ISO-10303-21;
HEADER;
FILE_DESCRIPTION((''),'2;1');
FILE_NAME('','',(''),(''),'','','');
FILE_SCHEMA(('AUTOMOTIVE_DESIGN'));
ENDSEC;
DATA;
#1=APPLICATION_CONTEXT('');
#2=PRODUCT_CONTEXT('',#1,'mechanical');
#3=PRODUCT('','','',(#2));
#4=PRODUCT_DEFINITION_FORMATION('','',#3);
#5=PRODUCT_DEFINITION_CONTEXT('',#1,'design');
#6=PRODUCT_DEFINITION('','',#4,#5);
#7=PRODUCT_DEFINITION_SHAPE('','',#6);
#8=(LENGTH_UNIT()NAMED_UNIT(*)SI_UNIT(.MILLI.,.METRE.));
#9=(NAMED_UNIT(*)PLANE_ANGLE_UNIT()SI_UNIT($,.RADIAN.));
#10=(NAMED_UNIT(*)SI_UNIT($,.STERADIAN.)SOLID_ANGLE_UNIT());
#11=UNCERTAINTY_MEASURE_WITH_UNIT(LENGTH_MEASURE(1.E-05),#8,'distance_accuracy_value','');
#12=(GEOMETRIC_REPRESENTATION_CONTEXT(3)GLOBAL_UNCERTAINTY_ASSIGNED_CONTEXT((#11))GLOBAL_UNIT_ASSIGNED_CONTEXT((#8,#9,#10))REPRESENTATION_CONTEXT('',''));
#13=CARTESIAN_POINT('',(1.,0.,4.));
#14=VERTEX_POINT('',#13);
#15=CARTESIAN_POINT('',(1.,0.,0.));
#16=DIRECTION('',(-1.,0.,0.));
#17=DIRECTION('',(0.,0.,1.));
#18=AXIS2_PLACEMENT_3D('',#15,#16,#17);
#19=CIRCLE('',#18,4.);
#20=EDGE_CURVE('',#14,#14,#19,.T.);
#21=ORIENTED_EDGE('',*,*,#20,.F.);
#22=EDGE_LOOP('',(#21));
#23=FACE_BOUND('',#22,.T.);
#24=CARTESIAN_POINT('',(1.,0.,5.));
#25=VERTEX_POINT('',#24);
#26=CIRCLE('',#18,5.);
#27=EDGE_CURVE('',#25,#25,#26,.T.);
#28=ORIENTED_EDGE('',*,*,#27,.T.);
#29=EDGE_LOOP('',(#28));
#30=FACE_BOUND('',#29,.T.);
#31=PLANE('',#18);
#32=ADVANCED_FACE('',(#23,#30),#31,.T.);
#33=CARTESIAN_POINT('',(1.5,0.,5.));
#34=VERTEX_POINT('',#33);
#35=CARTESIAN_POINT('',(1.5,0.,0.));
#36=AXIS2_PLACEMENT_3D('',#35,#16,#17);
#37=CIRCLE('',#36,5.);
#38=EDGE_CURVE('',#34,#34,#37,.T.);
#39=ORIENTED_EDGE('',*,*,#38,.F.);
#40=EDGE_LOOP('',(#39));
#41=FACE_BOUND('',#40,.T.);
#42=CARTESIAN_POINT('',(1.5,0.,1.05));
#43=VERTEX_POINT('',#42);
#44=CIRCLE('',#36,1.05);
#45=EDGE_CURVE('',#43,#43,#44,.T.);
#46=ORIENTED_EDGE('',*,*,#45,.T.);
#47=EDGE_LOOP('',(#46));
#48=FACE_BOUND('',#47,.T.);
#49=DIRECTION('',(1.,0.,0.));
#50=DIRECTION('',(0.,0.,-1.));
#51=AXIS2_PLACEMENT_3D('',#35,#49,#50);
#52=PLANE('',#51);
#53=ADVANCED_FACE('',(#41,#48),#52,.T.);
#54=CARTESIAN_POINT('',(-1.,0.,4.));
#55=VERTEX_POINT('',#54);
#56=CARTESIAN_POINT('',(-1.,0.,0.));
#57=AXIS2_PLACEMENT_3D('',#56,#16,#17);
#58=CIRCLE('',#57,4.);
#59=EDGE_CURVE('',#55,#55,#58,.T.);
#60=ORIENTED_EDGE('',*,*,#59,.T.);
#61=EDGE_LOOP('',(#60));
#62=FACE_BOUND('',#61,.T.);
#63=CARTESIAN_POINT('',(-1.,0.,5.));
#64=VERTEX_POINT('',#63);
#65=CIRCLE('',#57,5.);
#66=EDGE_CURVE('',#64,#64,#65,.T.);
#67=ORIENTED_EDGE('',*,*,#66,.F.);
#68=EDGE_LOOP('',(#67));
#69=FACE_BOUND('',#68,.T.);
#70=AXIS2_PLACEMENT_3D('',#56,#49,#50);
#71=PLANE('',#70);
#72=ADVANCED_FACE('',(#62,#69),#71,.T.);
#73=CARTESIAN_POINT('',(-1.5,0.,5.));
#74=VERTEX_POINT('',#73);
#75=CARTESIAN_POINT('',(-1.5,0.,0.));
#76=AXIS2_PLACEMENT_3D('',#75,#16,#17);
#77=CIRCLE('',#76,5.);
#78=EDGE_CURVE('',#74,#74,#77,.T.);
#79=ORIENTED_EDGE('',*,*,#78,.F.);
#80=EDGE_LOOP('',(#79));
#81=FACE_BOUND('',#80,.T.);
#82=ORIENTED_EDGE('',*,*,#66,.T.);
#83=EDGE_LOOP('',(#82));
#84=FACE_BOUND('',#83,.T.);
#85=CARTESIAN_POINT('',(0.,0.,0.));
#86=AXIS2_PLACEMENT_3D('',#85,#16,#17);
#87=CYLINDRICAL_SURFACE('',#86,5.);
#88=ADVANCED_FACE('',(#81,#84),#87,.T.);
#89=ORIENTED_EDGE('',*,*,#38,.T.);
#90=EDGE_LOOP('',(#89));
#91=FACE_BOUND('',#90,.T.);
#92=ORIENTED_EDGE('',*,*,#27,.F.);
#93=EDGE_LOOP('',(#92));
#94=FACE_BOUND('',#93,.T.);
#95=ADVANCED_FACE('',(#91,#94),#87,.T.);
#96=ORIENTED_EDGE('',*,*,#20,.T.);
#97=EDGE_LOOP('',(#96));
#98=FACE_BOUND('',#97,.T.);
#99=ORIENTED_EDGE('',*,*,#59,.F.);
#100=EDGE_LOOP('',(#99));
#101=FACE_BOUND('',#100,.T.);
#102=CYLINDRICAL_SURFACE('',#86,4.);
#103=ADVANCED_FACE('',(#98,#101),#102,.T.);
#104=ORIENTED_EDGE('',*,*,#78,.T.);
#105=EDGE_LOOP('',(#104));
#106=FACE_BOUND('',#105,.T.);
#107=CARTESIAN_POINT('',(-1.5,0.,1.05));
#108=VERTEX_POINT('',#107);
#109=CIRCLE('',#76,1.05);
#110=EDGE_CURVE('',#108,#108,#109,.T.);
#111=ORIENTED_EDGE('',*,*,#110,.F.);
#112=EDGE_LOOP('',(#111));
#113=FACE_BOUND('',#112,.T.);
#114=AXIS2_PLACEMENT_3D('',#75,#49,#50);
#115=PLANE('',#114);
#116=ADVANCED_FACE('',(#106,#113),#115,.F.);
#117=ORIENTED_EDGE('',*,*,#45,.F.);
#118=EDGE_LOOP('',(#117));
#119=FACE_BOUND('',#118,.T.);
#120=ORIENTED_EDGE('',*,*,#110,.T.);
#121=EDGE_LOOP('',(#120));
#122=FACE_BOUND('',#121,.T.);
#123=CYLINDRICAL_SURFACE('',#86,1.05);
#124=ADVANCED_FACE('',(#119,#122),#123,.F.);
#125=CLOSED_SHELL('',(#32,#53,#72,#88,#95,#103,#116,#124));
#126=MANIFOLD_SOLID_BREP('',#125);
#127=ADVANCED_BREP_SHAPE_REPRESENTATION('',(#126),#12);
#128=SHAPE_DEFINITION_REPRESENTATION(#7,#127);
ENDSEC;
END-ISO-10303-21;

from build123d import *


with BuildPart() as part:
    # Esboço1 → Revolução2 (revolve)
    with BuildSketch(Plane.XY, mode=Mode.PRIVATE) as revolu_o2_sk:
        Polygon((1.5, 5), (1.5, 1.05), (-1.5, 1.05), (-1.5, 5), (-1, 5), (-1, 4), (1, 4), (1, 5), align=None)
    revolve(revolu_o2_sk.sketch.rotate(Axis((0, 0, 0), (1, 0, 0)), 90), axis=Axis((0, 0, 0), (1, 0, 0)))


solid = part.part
---
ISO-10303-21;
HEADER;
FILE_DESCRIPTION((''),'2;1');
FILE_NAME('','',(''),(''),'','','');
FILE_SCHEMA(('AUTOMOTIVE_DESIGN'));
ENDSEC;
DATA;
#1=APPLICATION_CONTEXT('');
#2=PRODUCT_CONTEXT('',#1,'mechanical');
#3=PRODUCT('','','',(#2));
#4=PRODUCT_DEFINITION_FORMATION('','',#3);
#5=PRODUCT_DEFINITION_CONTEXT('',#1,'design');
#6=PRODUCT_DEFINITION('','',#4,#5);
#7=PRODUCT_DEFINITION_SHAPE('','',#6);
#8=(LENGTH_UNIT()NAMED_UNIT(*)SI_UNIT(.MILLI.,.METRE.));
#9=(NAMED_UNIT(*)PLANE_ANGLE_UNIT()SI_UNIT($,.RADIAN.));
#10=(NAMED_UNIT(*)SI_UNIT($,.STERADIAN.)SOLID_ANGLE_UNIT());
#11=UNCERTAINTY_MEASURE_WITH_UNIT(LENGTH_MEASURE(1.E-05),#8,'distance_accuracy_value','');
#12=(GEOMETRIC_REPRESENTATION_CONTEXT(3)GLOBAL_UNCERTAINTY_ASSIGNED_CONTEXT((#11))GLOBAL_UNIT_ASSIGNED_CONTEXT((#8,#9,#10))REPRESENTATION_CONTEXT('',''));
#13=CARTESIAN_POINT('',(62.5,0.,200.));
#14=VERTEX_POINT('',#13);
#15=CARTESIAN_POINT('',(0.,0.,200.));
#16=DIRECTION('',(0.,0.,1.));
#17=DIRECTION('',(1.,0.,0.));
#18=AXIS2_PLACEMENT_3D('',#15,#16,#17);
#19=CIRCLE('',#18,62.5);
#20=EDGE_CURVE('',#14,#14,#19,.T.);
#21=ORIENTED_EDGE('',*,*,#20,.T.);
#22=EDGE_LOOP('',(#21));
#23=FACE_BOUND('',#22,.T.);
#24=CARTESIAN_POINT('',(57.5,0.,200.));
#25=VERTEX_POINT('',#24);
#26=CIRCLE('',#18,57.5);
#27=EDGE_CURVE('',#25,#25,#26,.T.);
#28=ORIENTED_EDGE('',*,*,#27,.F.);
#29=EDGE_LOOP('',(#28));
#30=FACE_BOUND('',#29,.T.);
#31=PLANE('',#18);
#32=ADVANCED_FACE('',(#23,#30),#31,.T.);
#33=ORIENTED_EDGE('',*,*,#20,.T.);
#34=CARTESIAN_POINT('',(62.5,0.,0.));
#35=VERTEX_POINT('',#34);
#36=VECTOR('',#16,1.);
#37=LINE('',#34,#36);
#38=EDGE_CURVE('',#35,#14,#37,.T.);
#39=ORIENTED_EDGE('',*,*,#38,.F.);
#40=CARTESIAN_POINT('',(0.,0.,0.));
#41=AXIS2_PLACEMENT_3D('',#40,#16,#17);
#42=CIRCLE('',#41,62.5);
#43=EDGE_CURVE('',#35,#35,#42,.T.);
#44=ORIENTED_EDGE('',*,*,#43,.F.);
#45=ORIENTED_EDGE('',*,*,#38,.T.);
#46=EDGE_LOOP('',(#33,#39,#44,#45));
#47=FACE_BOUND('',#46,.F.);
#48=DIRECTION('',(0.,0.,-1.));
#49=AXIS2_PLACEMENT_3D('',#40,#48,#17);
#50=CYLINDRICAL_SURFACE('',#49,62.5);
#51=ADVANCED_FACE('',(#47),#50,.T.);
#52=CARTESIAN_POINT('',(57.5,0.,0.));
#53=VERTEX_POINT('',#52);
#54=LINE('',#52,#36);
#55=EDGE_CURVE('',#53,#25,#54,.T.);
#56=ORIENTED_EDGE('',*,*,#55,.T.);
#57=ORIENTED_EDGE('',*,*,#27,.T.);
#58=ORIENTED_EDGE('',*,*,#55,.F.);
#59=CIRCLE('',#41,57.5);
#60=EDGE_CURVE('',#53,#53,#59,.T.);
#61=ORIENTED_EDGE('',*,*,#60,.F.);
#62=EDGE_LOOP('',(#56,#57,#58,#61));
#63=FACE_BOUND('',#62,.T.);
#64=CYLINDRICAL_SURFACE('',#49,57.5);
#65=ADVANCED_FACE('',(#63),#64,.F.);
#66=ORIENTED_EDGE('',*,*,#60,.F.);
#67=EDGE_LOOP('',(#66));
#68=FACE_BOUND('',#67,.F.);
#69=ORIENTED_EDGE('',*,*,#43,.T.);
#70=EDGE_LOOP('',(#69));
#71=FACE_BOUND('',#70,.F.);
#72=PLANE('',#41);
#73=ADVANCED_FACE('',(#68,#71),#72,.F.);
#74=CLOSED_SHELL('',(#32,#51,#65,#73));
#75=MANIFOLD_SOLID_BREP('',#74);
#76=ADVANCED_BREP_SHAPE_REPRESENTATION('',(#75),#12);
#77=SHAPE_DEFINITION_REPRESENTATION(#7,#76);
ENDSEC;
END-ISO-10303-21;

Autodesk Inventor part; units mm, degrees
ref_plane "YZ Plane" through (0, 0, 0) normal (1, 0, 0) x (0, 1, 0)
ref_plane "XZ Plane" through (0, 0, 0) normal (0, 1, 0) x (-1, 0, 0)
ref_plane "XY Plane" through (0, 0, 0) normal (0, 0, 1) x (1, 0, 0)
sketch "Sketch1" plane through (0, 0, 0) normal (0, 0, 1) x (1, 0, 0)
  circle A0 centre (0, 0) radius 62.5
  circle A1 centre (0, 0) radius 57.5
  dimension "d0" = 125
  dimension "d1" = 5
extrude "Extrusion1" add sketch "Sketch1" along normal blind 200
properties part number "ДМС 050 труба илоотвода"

§ PROMPT: Repeat, exactly as they stand above, the lines from the line with "#90=EDGE_LOOP('',(#89));" to the line with "#99=ORIENTED_EDGE('',*,*,#59,.F.);", both lines included.

§ OUTPUT OF THE EXERCISE:
#90=EDGE_LOOP('',(#89));
#91=FACE_BOUND('',#90,.T.);
#92=ORIENTED_EDGE('',*,*,#27,.F.);
#93=EDGE_LOOP('',(#92));
#94=FACE_BOUND('',#93,.T.);
#95=ADVANCED_FACE('',(#91,#94),#87,.T.);
#96=ORIENTED_EDGE('',*,*,#20,.T.);
#97=EDGE_LOOP('',(#96));
#98=FACE_BOUND('',#97,.T.);
#99=ORIENTED_EDGE('',*,*,#59,.F.);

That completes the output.